Gibt es also einen Code um sowas für alle Browser zu unterbinden?
Wenn ja welchen?


----------



## aNero (9. Dezember 2003)

wie wärs einfach mit width=x wobei  x einfach die weite vom fenster ist?  mit overflow geht das nur wen eine grafik den rahmen sprengt


----------



## Andreas Gaisbauer (10. Dezember 2003)

Hallo,

setz erstmal <body style="padding:0px; margin:0px;"> vielleicht hat sich dann dein Problem schon erledigt  - ansonsten verweise ich dich auf http://www.tutorials.de/tutorials130016.html - hat damals geklappt als ich es geschrieben habe. Achte auch darauf das du keine ";" vergisst - CSS ist da manchmal ziemlich kleinlich...

bye


----------



## Andreas Gaisbauer (10. Dezember 2003)

> _Original geschrieben von aNero _
> *overflow geht das nur wen eine grafik den rahmen sprengt *


Overflow hat nix mit grafiken zu tun - du kannst mit Overflow genauso scrollbare Bereiche verwirklichen wie mit Iframes...


----------



## tobmir (10. Dezember 2003)

Alles ausprobiert aber nichts geht.



> wie wärs einfach mit width=x wobei x einfach die weite vom fenster ist?

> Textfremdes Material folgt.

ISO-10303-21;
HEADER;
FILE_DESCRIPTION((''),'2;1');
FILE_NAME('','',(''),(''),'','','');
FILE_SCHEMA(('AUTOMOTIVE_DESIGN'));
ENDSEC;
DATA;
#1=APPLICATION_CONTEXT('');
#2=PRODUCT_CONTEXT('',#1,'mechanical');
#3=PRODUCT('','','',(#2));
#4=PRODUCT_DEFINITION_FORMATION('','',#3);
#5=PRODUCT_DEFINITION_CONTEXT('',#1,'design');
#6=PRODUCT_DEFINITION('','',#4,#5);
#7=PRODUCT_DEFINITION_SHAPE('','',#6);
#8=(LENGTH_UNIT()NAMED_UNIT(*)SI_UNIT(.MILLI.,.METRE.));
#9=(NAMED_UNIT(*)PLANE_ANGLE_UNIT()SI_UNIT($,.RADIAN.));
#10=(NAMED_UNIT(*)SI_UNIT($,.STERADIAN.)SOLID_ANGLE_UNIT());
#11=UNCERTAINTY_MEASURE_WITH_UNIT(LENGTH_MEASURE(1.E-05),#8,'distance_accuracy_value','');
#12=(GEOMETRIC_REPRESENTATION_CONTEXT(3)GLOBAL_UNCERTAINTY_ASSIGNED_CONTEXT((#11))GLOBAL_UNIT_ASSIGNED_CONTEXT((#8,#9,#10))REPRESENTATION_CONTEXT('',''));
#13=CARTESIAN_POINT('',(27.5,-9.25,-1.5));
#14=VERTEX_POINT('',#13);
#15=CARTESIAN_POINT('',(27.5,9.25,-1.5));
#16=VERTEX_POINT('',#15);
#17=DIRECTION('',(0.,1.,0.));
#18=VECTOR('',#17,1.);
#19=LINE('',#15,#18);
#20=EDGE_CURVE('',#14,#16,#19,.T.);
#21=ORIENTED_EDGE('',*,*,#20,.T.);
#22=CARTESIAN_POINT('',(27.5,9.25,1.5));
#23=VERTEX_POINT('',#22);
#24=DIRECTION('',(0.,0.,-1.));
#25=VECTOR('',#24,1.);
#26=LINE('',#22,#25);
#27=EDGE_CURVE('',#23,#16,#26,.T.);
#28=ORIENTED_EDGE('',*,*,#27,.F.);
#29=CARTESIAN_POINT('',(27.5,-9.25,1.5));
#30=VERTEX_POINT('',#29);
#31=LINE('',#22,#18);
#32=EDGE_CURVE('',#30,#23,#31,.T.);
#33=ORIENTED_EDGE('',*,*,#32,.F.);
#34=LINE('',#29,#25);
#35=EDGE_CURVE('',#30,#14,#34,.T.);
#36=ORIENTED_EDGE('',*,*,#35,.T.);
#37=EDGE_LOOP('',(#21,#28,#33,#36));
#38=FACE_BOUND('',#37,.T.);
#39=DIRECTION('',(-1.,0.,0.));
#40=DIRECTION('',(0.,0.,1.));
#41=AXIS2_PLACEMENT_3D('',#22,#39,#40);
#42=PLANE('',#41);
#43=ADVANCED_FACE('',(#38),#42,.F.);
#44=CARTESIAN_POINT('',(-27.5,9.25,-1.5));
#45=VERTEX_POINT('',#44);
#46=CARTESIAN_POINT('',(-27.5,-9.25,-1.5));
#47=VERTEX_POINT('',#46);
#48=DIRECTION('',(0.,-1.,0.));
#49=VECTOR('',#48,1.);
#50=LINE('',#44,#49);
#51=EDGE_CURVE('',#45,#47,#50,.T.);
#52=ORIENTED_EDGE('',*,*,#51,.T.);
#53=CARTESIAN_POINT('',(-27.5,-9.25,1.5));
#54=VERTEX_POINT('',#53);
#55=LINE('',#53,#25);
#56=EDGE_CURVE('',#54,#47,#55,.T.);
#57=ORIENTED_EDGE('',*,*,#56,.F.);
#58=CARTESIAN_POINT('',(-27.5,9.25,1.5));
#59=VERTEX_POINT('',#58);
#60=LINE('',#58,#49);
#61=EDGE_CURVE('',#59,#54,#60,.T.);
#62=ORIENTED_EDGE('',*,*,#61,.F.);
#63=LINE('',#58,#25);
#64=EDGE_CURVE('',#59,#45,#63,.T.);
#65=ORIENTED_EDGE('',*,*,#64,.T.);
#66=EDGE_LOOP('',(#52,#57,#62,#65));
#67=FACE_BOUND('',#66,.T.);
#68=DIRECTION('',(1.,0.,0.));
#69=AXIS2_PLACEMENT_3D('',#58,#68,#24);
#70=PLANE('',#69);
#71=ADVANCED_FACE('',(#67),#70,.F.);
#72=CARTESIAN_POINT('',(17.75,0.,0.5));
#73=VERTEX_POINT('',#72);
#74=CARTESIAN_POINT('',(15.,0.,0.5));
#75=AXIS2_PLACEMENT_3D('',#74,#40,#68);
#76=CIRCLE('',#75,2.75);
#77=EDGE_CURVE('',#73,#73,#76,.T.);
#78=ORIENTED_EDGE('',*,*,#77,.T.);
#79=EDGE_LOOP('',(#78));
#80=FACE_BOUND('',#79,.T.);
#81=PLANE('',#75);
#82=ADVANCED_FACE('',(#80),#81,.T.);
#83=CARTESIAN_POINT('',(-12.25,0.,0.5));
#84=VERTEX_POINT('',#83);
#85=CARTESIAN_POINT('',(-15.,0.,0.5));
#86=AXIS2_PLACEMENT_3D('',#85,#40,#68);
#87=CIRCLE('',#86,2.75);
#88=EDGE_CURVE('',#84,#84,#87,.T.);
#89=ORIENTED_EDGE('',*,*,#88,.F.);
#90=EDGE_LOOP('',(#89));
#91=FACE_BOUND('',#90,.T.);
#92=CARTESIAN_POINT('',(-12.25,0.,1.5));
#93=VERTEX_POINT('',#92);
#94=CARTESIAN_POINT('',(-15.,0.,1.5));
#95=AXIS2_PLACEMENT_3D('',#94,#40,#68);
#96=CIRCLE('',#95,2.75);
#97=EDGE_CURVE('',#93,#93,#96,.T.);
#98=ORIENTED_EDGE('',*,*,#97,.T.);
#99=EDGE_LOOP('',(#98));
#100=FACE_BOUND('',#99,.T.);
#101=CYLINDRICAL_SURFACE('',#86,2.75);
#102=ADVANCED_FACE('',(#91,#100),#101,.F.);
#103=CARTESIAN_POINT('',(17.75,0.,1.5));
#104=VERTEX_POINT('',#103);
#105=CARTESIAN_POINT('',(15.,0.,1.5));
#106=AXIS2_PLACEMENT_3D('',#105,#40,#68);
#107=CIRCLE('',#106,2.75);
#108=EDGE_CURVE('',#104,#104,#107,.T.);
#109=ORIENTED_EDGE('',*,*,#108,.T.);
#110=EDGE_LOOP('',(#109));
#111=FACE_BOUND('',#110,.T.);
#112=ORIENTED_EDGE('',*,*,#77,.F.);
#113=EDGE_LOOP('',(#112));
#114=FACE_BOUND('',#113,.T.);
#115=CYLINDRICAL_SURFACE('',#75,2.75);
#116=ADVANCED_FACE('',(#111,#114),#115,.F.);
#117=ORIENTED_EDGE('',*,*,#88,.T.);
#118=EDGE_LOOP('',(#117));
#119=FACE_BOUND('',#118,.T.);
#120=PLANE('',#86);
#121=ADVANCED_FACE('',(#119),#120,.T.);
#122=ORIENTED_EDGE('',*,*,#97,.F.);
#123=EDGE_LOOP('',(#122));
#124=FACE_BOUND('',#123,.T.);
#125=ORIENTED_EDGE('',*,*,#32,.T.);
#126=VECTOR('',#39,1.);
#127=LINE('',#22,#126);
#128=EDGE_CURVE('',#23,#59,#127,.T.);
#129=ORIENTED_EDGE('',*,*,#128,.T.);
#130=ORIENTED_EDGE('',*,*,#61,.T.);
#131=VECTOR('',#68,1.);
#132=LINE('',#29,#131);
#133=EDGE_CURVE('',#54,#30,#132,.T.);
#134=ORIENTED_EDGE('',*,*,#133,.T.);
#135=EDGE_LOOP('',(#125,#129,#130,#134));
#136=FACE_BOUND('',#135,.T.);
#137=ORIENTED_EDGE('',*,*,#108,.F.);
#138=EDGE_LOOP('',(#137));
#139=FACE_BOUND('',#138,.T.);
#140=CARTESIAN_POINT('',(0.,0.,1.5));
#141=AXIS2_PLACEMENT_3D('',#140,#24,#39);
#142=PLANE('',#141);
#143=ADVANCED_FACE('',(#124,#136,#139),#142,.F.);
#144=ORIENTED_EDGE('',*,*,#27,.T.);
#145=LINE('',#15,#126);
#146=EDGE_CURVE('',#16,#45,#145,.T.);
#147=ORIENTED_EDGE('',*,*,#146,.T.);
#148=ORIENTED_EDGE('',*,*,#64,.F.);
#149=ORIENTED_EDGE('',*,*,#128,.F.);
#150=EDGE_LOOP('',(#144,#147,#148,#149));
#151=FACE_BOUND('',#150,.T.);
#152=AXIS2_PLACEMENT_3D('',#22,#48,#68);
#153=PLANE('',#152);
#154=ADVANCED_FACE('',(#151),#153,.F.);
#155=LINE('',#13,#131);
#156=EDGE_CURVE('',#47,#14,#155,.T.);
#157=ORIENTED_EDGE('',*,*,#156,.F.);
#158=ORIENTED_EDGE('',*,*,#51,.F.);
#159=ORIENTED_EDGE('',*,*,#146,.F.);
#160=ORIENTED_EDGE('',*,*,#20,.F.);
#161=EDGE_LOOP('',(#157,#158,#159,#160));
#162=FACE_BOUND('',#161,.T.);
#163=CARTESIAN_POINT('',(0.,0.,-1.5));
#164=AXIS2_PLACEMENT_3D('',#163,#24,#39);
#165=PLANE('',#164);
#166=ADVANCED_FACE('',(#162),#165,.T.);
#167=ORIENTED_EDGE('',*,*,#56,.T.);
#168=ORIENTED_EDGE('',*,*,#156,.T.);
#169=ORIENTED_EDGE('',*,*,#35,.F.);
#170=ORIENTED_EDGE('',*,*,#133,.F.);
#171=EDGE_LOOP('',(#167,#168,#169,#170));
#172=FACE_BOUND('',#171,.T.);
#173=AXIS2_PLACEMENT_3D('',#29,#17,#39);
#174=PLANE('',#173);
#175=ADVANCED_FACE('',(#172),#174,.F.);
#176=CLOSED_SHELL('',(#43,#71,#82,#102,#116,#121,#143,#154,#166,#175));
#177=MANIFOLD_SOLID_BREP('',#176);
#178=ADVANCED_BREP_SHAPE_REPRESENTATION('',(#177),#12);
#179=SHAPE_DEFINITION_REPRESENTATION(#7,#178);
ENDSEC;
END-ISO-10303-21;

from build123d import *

# Parameters (mm, degrees)
SKETCH1_W           = 55
SKETCH1_H           = 18.5
BOSS_EXTRUDE1_DEPTH = 1.5
SKETCH2_R           = 2.75
CUT_EXTRUDE1_DEPTH  = 1


with BuildPart() as part:
    # Sketch1 → Boss-Extrude1 (new, symmetric)
    with BuildSketch(Plane.XY):
        Rectangle(SKETCH1_W, SKETCH1_H)
    extrude(amount=BOSS_EXTRUDE1_DEPTH, both=True)

    # Sketch2 → Cut-Extrude1 (cut)
    with BuildSketch(Plane.XY.offset(1.5)):
        with Locations((-15, 0)):
            Circle(SKETCH2_R)
        with Locations((15, 0)):
            Circle(SKETCH2_R)
    extrude(amount=-CUT_EXTRUDE1_DEPTH, mode=Mode.SUBTRACT)


solid = part.part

Tja du sagst einfach aber das Fenster ist groß genug. Das hab ich oben erwähnt. Auch wenn ich das größer mache bleibt da was zum Scrollen.

Ich hab den Text auch schon un eine Tabelle gepackt und Breite auf 90% gestellt. Also am Fensterrand ist absolut nix aber trotzdem will das *piep*teil scrollen


----------



## Andreas Gaisbauer (10. Dezember 2003)

Zeig mal dein Beispiel wenn du's schon önline irgendwo hast...


----------



## gemino (22. Dezember 2003)

könnte es sein dass du dreamweaver MX2004 verwendest ? ich verwende den nämlich und habe das gleiche problem. weiters habe ich noch jemanden im netz gefunden der das gleiche problem mit DV2004MX hatte.
ich hab folgendes gemacht: <html style="overflow-x:hidden;">
jetzt gehts einwandfrei.

allerdings macht DV sowieso einige komische sachen, z.B. bei der Ansicht mit Frames, stimmt die Ansicht nicht mit dem überein wie man's dann online sieht, gerade wenn man frameübergreifende grafiken hat und so. ziemlich komisch.....


----------



## tobmir (22. Dezember 2003)

nee, benutze SuperHTML. <html style="overflow-x:hidden;"> hab ich ja schon probiert aber nix. es bleibt so.


----------